# маленький mta для локальной доставки

## ba

А есть ли какой-нить маленький MTA только для локальной доставки, который не висит сервисом, а запустили sendmail - он отложил в файлик и все?

----------

## viy

exim? правда не совсем маленький...

----------

## ba

 *viy wrote:*   

> exim? правда не совсем маленький...

 

а он разве не должен быть запущен как сервис?

----------

## viy

Нет. У меня он стоит как основной MTA на домашней машине, я через него шлю всю почту (ИСП с прибабахом --- забубенили SMTP с авторизацией), в том числе и все локальное через него идет.

Мне очень по душе вот этот док:  "Создание почтовой системы на базе exim, dbmail, amavisd-new и postgresql". Сейчас по нему систему поднимаю, т.к. хочу хранить почту в базе (только PostgreSQL) и иметь к ней IMAP доступ.

----------

## ManJak

А поделитесь, чем он лучше/удобней/ваше сэндмыла?

Просто, поглядываю косо в его сторону, но не решаюсь, тот, ворде помощней, а экзим попроще.

----------

## viy

Ну, насчет попроще не знаю, т.к. с sendmail'ом близких отношений я избежал. А так список возможностей приличный.

Вообще это вопрос больше личных предпочтений (хе-хе, политическое кредо).

sendmail --- как-то считается почти умершим и недостойным (хотя конкретно сказать мне нечего);

qmail --- хороший софт, но разработчик на него забил. Да и амбиции его мне совсем не по душе.

Так что ставить его имеет смысл с набором (большим) патчей;

postfix --- быстро и сердито, но опять таки --- я слышал не совсем лестные отзывы;

exim --- методом исключения остается.

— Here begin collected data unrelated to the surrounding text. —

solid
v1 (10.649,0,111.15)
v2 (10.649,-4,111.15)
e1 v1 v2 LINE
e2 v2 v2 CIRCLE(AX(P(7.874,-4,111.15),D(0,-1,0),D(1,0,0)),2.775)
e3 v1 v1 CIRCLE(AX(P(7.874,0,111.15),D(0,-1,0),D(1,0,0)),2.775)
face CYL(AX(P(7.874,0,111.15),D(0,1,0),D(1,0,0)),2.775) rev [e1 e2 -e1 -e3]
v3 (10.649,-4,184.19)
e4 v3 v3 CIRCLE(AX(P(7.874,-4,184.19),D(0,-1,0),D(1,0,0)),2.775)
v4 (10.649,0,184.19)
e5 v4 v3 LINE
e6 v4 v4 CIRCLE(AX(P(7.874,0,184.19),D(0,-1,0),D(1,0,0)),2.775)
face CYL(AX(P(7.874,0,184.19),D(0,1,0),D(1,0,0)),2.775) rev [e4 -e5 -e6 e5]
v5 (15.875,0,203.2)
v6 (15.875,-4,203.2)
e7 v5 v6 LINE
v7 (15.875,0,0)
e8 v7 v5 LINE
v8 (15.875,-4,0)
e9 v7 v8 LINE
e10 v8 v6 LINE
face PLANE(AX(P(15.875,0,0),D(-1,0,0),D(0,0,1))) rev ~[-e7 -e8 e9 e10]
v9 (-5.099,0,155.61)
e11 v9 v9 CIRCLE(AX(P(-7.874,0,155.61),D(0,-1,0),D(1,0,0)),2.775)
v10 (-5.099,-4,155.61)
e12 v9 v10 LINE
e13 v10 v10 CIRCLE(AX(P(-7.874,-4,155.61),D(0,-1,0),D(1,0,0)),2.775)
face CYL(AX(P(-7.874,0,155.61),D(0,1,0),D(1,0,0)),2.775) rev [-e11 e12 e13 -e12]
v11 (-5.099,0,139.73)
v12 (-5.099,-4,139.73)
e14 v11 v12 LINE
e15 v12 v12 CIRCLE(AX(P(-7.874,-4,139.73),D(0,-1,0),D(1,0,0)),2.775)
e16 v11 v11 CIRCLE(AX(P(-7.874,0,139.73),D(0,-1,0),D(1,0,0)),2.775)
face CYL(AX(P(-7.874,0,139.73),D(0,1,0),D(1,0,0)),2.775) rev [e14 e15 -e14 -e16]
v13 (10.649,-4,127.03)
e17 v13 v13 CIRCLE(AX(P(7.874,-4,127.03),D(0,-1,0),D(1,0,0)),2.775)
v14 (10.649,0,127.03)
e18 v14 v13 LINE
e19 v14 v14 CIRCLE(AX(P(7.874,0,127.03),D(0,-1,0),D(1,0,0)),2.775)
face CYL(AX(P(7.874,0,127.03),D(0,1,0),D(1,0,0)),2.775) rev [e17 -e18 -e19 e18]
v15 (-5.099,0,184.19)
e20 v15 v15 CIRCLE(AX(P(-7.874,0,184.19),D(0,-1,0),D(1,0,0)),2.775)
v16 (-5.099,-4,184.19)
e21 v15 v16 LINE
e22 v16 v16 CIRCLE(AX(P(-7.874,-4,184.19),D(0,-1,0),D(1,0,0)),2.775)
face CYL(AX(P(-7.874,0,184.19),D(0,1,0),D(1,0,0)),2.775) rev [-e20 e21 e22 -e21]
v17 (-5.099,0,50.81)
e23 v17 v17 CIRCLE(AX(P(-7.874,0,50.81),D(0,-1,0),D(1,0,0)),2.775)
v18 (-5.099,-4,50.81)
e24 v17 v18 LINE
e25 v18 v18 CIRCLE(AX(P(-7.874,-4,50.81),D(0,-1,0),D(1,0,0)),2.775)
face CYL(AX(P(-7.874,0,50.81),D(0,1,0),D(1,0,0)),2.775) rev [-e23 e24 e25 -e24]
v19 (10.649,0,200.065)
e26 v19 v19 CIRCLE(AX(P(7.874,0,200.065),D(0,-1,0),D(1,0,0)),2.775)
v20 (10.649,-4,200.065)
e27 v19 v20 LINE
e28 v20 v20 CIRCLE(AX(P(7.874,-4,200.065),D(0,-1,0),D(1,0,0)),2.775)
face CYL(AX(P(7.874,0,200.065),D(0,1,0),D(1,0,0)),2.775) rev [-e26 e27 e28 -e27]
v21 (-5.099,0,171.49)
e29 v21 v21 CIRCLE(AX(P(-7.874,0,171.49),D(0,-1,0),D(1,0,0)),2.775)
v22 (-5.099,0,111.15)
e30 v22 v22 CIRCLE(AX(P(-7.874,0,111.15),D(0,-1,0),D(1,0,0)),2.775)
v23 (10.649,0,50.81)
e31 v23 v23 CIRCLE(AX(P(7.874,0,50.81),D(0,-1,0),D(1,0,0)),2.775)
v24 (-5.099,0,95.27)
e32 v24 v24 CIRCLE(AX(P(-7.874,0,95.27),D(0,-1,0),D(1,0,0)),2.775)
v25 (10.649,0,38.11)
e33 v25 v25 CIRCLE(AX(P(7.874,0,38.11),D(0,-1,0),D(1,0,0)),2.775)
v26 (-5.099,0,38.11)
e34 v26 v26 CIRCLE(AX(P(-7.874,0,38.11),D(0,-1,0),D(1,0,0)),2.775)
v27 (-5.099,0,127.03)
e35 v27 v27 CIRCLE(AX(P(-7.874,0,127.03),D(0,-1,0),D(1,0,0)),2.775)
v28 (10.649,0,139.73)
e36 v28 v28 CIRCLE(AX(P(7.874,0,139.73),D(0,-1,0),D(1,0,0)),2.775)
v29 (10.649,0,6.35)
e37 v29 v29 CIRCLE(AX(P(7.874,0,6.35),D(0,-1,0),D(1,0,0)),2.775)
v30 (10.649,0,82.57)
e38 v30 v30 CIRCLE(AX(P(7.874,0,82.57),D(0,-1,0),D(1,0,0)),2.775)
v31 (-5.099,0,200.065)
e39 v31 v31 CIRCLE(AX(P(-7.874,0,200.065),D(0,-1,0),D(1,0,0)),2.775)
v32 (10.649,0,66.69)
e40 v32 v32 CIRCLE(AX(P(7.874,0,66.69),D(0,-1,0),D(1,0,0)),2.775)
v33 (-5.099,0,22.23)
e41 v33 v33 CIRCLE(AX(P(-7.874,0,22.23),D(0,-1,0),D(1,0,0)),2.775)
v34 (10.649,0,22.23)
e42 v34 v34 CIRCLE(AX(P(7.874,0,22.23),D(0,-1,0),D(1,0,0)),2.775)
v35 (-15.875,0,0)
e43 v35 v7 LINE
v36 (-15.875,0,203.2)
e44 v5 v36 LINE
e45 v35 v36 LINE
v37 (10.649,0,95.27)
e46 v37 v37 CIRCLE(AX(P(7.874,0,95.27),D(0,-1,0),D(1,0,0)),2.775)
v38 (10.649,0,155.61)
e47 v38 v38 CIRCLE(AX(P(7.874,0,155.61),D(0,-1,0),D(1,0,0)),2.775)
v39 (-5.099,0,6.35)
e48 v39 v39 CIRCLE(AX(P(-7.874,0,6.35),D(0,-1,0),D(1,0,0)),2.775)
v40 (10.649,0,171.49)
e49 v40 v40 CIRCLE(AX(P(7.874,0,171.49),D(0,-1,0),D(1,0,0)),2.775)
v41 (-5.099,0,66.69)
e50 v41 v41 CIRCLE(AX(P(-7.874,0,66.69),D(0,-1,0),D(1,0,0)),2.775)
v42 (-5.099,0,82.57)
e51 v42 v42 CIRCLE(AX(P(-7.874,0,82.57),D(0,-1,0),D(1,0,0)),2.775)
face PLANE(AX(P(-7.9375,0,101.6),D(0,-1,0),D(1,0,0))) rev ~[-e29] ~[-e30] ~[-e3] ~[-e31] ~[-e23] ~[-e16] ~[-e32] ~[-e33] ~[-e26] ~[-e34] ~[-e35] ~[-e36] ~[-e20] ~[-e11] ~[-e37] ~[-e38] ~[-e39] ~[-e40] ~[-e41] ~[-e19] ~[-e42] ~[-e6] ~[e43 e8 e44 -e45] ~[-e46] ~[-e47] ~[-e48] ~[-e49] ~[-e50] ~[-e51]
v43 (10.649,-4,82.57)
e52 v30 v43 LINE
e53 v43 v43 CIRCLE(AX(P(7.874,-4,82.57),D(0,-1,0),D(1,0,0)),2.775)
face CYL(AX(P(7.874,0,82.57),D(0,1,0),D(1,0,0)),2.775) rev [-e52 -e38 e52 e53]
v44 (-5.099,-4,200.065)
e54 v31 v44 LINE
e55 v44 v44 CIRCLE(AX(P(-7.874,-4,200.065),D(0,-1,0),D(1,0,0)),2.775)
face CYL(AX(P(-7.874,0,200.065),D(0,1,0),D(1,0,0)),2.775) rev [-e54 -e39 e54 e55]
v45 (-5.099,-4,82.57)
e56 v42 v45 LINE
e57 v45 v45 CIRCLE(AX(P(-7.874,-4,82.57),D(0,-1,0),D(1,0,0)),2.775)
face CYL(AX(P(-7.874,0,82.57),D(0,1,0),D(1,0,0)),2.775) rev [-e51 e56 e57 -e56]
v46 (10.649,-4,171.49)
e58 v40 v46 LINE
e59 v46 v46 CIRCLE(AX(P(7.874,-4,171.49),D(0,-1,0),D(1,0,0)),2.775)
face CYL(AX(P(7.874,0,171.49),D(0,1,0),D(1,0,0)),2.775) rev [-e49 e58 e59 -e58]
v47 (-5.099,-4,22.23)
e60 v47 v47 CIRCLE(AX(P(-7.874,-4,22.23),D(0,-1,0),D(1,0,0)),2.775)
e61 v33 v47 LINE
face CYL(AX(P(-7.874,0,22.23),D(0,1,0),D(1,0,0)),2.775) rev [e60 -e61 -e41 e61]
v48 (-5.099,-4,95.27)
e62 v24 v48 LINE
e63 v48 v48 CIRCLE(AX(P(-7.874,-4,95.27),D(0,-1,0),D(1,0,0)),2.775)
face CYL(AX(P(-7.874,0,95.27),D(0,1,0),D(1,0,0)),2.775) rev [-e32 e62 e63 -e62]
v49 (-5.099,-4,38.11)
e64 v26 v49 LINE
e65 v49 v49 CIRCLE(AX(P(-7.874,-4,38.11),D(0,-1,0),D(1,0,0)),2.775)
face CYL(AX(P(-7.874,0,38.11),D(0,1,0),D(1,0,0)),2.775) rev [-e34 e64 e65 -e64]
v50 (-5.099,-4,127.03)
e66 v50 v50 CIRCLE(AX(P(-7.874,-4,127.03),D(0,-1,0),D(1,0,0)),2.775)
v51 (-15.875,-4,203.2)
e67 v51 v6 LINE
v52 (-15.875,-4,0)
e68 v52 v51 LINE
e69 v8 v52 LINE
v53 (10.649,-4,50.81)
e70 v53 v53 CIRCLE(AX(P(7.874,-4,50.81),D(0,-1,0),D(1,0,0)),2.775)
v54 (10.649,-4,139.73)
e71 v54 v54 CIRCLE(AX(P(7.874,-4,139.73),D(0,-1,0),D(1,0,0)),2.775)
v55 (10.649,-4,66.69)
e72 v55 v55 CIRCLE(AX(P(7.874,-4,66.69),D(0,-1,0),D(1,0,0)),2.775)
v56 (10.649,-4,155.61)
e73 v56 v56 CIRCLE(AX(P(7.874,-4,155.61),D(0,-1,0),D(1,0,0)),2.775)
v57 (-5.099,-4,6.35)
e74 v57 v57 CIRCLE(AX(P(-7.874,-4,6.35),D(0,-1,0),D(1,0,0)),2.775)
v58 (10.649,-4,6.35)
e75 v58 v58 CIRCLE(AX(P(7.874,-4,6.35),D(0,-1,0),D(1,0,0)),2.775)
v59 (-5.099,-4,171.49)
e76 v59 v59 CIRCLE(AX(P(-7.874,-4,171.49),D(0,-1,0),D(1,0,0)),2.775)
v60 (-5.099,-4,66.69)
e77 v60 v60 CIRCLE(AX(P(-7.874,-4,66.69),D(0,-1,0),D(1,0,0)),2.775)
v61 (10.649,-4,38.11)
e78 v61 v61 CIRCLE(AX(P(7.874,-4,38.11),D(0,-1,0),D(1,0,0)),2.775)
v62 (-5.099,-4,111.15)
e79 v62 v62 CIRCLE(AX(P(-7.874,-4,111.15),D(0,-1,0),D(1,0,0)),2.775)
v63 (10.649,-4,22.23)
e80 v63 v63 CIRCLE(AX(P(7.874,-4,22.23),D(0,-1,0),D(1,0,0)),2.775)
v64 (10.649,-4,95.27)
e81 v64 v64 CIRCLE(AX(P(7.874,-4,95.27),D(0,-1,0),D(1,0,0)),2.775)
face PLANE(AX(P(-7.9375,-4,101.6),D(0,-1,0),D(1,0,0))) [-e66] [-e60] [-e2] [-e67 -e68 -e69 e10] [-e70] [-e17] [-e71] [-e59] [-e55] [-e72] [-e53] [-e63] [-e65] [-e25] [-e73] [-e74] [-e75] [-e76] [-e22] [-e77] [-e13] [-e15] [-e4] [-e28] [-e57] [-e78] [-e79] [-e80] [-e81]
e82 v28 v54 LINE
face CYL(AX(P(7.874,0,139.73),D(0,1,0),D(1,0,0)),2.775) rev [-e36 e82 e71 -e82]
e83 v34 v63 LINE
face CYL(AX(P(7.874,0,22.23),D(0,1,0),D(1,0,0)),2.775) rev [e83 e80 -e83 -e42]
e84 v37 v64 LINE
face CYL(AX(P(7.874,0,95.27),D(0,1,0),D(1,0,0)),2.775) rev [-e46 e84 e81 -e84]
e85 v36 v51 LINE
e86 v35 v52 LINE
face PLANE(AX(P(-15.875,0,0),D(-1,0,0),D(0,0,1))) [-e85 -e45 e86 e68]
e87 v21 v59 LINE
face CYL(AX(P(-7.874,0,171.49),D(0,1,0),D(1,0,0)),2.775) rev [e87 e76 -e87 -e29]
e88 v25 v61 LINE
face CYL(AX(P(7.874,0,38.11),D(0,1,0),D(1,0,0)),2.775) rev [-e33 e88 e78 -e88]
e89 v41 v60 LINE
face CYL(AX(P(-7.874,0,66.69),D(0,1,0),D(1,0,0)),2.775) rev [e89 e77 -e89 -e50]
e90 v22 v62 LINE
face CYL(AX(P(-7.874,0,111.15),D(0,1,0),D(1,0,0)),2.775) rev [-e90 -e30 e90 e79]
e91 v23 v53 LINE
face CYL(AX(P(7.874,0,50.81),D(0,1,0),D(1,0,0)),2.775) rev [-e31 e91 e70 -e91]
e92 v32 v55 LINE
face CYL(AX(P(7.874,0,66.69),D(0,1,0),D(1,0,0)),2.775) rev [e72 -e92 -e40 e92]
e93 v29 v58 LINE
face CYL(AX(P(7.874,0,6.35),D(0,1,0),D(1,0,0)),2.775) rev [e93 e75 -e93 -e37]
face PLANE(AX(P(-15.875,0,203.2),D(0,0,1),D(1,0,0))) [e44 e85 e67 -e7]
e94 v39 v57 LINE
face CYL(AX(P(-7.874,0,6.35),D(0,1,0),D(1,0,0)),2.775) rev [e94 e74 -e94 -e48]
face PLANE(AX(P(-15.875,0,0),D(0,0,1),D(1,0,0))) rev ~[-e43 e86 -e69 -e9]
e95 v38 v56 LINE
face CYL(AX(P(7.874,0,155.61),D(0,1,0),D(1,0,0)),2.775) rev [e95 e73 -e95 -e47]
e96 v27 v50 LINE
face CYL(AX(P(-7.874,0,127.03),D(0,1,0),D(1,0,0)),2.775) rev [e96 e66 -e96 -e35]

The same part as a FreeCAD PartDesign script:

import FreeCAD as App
import Part
import Sketcher
Q = App.Units.Quantity


def add_polygon(sketch, points):
    """Adds a closed chain of lines whose ends are joined by coincident constraints."""
    first, n = sketch.GeometryCount, len(points)
    for a, b in zip(points, points[1:] + points[:1]):
        sketch.addGeometry(Part.LineSegment(App.Vector(*a, 0), App.Vector(*b, 0)), False)
    for i in range(n):
        sketch.addConstraint(Sketcher.Constraint("Coincident", first + i, 2, first + (i + 1) % n, 1))

doc = App.newDocument("Part")
body = doc.addObject("PartDesign::Body", "Body")

# Sketch on XZ plane
sketch1 = body.newObject("Sketcher::SketchObject", "Sketch")
sketch1.AttachmentSupport = (doc.getObject("XZ_Plane"), [""])
sketch1.MapMode = "FlatFace"
add_polygon(sketch1, [(0, 203.2), (0, 0), (15.9, 0), (15.9, 203.2)])  # lines 0-3
sketch1.addGeometry(Part.Circle(App.Vector(7.9, 6.3, 0), App.Vector(0, 0, 1), 2.8), False)  # 4
sketch1.addGeometry(Part.Circle(App.Vector(7.9, 22.2, 0), App.Vector(0, 0, 1), 2.8), False)  # 5
sketch1.addGeometry(Part.Circle(App.Vector(7.9, 38.1, 0), App.Vector(0, 0, 1), 2.8), False)  # 6
sketch1.addGeometry(Part.Circle(App.Vector(7.9, 50.8, 0), App.Vector(0, 0, 1), 2.8), False)  # 7
sketch1.addGeometry(Part.Circle(App.Vector(7.9, 66.7, 0), App.Vector(0, 0, 1), 2.8), False)  # 8
sketch1.addGeometry(Part.Circle(App.Vector(7.9, 82.6, 0), App.Vector(0, 0, 1), 2.8), False)  # 9
sketch1.addGeometry(Part.Circle(App.Vector(7.9, 95.3, 0), App.Vector(0, 0, 1), 2.8), False)  # 10
sketch1.addGeometry(Part.Circle(App.Vector(7.9, 111.2, 0), App.Vector(0, 0, 1), 2.8), False)  # 11
sketch1.addGeometry(Part.Circle(App.Vector(7.9, 127, 0), App.Vector(0, 0, 1), 2.8), False)  # 12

Меня он устраивает тем, что бинарник единый (в отличии от qmail'а) и хорошо настраивается.

Все это субъективно, так что вот. Надо пробовать, иначе не определиться. К тому же опыта поддержки серьезных

почтовых серверов у меня нет.

----------

## ManJak

Пасиб, попробую на десктоп прилепить.

Может понравится   :Razz: 

----------

## larrikin

 *viy wrote:*   

> 
> 
> qmail --- хороший софт, но разработчик на него забил. Да и амбиции его мне совсем не по душе.
> 
> 

 

Я конечно дико извиняюсь, но разработчик не забил на qmail.

Необоснованных амбиций у него ИМХО нет. Да, он сказал всем "найдите дыру,бабла дам". Ну так может найдете? Просто человек со всей серьезностью подошел к написанию программ (ну например то же djbdns) в плане безопасности и ни на шаг не отошел от стандартов (RFC), в отличие от того же named. Лично я доволен пакетами qmail и djbdns и не собираюсь их менять ни на что.

У меня стоит почтовый сервер, обрабатывающий около 100 тыс сообщений в сутки, qmail+vpopmail отлично справляются.

И в качестве домашнего почтовика у меня стоит qmail.

----------

## viy

Ну как сказать...

Если ты ставил qmail из портов, то наверняка на него было наложено около 20 патчей, которые придают ему более функциональный вид.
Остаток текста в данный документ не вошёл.